Sanabria: When I was a child I had no dimension, but when you grow up you become aware of where you live. It’s like a mixture of feelings, some that have to do with rejection, others with fear, resignation, a mixture of everything. But I’m from the neighborhood and I plant my flag: I am proud to say that I am from the neighborhood, whatever they say. I come from a hard-working, humble family and that is what makes me proud because There are many workers in the neighborhood. When we went out looking for work we had to deny our address, because it condemned you to the employer not giving you the chance to get that job. They are those fears that they think badly or that they discriminate against you.

News: What would be the problem that you would like to eradicate from your neighborhood?

Sanabria: The theme of drug use. That is a problem that has not yet been solved. ANDhe State has to press hard to solve this issue, which is often a taboo subject. Many young people consume the residue of cocaine that is called base paste. That ruins them, makes them young aimless, people who look like zombies. It is very unfortunate to see people who have their whole lives ahead of them and, sometimes due to family or context problems, choose this type of drug that also leads them to other types of situations such as theft, crime in general.

News: If you had to highlight a virtue of the people in your neighborhood, what would it be?

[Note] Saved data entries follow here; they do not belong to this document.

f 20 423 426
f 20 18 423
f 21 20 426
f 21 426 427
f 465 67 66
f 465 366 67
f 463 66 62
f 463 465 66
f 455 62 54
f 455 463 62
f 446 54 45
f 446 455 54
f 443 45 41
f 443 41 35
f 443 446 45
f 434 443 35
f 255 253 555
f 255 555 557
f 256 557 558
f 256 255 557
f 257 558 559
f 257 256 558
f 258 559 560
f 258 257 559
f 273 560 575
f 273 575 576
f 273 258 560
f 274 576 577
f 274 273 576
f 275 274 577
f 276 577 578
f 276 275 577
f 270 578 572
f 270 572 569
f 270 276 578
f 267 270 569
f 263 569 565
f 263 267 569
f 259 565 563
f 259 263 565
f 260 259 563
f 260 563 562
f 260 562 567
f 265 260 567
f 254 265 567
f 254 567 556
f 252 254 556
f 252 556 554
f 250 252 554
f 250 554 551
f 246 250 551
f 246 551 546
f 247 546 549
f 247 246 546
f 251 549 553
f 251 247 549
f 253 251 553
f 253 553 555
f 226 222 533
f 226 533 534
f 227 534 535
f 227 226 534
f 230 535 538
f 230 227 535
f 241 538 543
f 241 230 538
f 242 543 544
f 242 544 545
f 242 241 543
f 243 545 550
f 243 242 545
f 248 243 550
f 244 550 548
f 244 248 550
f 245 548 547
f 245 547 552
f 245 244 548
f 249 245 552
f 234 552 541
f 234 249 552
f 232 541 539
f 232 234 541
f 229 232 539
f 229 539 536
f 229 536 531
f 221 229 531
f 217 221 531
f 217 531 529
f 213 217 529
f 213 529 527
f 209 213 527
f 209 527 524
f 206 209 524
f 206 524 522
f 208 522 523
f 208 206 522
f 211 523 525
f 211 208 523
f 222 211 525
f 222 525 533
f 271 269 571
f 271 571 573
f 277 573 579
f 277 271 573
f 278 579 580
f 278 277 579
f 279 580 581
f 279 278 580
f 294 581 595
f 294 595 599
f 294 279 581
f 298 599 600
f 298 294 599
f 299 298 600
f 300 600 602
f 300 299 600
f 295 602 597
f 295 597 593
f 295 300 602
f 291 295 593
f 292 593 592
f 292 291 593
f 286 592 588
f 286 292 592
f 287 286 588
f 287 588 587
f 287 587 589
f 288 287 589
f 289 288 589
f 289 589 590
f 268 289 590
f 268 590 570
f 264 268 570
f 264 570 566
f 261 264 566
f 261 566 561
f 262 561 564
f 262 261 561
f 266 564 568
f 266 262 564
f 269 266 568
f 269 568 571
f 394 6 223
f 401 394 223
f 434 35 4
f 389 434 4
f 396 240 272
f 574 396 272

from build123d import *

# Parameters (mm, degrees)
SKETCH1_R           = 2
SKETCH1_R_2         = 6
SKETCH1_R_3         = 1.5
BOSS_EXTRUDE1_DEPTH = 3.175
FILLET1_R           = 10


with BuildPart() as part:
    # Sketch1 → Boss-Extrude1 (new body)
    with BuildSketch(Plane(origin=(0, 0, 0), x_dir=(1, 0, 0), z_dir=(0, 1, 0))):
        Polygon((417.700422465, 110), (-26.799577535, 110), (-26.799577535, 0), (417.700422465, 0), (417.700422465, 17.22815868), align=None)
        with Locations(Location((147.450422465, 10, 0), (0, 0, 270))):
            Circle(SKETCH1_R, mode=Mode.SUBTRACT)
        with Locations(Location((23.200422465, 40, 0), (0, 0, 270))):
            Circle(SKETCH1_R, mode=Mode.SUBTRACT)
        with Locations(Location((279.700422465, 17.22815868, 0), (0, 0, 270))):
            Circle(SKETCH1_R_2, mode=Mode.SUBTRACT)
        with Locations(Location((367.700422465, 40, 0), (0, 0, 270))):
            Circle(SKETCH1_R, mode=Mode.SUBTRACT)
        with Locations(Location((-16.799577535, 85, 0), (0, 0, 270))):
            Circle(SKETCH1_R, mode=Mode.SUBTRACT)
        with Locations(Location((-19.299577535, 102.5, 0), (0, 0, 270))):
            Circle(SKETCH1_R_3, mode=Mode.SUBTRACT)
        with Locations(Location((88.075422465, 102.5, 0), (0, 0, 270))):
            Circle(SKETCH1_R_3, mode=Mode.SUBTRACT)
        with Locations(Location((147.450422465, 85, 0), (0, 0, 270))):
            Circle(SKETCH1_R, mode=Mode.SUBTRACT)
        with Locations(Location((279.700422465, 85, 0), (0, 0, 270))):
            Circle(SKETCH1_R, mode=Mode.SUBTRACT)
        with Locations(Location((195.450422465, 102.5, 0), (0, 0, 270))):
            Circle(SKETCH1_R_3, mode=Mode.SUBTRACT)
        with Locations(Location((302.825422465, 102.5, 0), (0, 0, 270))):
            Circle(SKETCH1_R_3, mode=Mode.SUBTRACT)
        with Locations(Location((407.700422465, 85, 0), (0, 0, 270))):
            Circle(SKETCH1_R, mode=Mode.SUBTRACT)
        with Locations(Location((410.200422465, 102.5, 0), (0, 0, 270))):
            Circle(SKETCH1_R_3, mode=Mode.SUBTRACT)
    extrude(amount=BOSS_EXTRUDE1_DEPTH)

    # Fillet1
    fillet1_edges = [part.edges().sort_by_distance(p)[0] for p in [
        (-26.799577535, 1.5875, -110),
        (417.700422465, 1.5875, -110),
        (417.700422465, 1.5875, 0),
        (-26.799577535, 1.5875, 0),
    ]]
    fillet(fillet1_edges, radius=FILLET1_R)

sanabria: The Solidarity. I name you a clear example of solidarity that happened on several occasions. Services in the neighborhood are not paid, electricity is not paid, we have gas in bottles, water is not paid either, only now are we adapting and we are going to have rights and obligations. This means that frequently, in winter or very hot seasons, there are fires in houses. That is where solidarity is seen, when a house burns in three minutes, it is not an exaggeration, in three minutes there are three hundred people collaborating with buckets, water, risking their lives trying to put out the fire. When the pandemic was, we neighbors cooked to feed families who had no resources. That is the greatest strength of the neighborhoods, and I name them all the popular neighborhoods that are four thousand four hundred in Argentina. Solidarity is strength. Also when we had to go to block streets to claim for services, for the urbanization law, for the land law, on those occasions we have also twinned.

News: How is life today in your neighborhood?

Sanabria: Lpeople from popular neighborhoods always have a bad time because prices rise with inflation and the popular sectors are the ones that suffer the most. In the pandemic we had a very bad time, because Barrio 31 was one of the first neighborhoods where the coronavirus broke out. The overcrowding, the context of constructions so close to each other made the contagion more frequent. Unfortunately we lost many historic neighbors in our struggle, I tell about it in the book. There is a chapter referring to the pandemic and I pay homage to those neighbors who unfortunately died from the virus: Ramona Medina, a referent of the Powerful Throat, she was claiming for the water cut in the middle of the pandemic, Gladys Argañarás who is a referent from a dining room that also passed away, the dining room he used to go to when he was a boy, Pablo Alemán, another benchmark who passed away, he worked disinfecting the streets, we affectionately called him “the searcher”.

*Gabriela Fernández Rosman is a student at the Profile School of Communication.